Why sunsets were a weird colour after Krakatau blew its top
Nature 627, 247 (2024)
doi: https://doi-org.insb.bib.cnrs.fr/10.1038/d41586-024-00601-y
Following the 1883 eruption of the Krakatau volcano in Indonesia, instead of the typical red skies, green-colored sunsets were observed worldwide, attributed to the size and distribution of volcanic particles ejected during the event. While large volcanic eruptions often lead to red sunsets due to increased atmospheric particle scattering, the unique green skies following the Krakatau eruption prompted researchers led by Christian von Savigny at the University of Greifswald to model atmospheric conditions, suggesting that particles of 500–700 nanometers in radius were responsible for the phenomenon. Analyzing historical records of volcanic skies aids in understanding the magnitude of past eruptions and their atmospheric effects.

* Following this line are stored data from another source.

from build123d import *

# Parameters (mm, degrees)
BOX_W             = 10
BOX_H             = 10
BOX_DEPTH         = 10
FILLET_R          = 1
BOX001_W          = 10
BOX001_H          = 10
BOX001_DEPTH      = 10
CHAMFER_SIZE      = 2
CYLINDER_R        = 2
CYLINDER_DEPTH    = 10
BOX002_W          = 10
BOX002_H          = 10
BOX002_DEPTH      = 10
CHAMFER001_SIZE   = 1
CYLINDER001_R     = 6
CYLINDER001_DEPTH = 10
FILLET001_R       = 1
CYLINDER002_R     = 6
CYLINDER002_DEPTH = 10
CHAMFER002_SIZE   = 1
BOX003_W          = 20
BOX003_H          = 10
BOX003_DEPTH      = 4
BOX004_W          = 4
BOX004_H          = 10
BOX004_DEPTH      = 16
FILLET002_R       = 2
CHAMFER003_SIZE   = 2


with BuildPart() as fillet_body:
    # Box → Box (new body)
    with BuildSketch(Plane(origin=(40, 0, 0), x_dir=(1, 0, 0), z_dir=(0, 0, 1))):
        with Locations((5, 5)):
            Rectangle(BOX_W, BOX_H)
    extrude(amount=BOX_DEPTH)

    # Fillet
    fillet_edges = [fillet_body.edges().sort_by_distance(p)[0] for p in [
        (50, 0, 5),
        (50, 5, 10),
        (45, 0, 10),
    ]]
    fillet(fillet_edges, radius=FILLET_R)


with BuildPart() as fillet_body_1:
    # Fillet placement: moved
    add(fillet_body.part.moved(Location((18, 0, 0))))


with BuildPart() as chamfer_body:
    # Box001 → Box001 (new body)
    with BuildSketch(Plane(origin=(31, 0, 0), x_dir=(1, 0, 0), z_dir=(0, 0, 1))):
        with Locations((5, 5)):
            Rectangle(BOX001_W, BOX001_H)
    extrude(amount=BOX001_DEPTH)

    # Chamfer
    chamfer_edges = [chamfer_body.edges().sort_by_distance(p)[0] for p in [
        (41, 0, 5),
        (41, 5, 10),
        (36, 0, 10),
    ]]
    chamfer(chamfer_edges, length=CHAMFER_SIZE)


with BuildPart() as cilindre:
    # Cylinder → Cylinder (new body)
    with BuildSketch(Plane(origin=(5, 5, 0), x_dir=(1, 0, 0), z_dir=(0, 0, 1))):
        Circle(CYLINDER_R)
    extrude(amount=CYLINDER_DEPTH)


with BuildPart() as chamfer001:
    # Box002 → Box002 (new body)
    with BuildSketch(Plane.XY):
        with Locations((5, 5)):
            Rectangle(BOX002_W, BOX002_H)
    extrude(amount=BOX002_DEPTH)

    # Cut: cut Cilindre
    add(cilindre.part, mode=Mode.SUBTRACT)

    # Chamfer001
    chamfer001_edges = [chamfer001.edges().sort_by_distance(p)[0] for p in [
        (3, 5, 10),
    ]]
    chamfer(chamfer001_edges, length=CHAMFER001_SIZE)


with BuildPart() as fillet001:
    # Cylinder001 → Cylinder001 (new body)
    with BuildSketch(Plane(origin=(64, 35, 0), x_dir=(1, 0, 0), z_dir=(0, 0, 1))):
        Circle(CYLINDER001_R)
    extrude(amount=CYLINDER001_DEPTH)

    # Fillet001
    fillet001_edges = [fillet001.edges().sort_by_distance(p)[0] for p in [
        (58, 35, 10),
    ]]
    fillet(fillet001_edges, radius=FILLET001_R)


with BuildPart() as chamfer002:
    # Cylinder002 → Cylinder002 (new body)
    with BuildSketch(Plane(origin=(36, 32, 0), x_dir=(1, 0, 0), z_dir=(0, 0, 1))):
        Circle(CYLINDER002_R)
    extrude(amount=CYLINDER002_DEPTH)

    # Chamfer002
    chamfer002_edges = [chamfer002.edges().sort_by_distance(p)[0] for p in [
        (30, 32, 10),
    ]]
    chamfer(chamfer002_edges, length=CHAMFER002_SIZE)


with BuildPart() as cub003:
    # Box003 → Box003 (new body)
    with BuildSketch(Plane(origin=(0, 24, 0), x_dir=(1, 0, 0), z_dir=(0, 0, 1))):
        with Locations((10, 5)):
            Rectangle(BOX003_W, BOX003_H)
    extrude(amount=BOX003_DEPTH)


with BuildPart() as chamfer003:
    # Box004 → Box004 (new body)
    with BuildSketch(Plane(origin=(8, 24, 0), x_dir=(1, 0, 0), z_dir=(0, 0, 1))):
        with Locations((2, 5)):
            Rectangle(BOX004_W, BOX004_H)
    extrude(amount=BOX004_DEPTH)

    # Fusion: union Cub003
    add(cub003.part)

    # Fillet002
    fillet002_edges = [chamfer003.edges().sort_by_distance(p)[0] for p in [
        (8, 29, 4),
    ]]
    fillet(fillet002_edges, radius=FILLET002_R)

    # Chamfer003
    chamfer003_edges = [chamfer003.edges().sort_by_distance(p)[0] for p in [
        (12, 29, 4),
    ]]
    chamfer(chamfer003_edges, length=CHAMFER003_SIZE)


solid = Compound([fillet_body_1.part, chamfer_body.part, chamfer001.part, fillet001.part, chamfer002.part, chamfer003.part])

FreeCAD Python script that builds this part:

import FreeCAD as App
import Part
import Sketcher

V = App.Vector
Q = App.Units.Quantity


def edges_at(feature, points):
    """Names of the edges that pass closest to the given points."""
    edges = feature.Shape.Edges
    near = lambda p: min(range(len(edges)), key=lambda i: edges[i].distToShape(Part.Vertex(*p))[0])
    return sorted({f"Edge{near(p) + 1}" for p in points})

doc = App.newDocument("Part")
body = doc.addObject("PartDesign::Body", "Body")

# Sketch on XY plane
sketch1 = body.newObject("Sketcher::SketchObject", "Sketch")
sketch1.AttachmentSupport = (doc.getObject("XY_Plane"), [""])
sketch1.MapMode = "FlatFace"
sketch1.addGeometry(Part.LineSegment(V(40, 10, 0), V(40, 0, 0)), False)
sketch1.addGeometry(Part.LineSegment(V(40, 0, 0), V(50, 0, 0)), False)
sketch1.addGeometry(Part.LineSegment(V(50, 0, 0), V(50, 10, 0)), False)
sketch1.addGeometry(Part.LineSegment(V(50, 10, 0), V(40, 10, 0)), False)
sketch1.addConstraint(Sketcher.Constraint("Coincident", 0, 2, 1, 1))
sketch1.addConstraint(Sketcher.Constraint("Coincident", 1, 2, 2, 1))
sketch1.addConstraint(Sketcher.Constraint("Coincident", 2, 2, 3, 1))
sketch1.addConstraint(Sketcher.Constraint("Coincident", 3, 2, 0, 1))
sketch1.addConstraint(Sketcher.Constraint("Vertical", 0))
sketch1.addConstraint(Sketcher.Constraint("Horizontal", 1))
sketch1.addConstraint(Sketcher.Constraint("Vertical", 2))
sketch1.addConstraint(Sketcher.Constraint("Horizontal", 3))
sketch1.addConstraint(Sketcher.Constraint("PointOnObject", 0, 2, -1))
sketch1.addConstraint(Sketcher.Constraint("Equal", 3, 0))
sketch1.addConstraint(Sketcher.Constraint("DistanceX", 1, 1, 1, 2, Q("10 mm")))
sketch1.addConstraint(Sketcher.Constraint("DistanceX", -1, 1, 0, 2, Q("40 mm")))
pad1 = body.newObject("PartDesign::Pad", "Pad")
pad1.Profile = sketch1
pad1.Length = 10
doc.recompute()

Will these reprogrammed elephant cells ever make a mammoth?
Nature 627, 253-254 (2024)
doi: https://doi-org.insb.bib.cnrs.fr/10.1038/d41586-024-00670-z
Colossal Biosciences achieved a breakthrough by converting elephant cells into an embryonic state, a crucial step in their project to engineer elephants with woolly mammoth traits. Despite challenges in establishing elephant induced pluripotent stem (iPS) cells, the successful creation of four iPS-cell lines from an elephant opens avenues for genetic editing and studying mammoth traits in Asian elephants. While the technology is promising, further advancements are necessary for the ambitious goal of creating mammoth-like elephants, potentially requiring artificial wombs and additional reproductive biology leaps.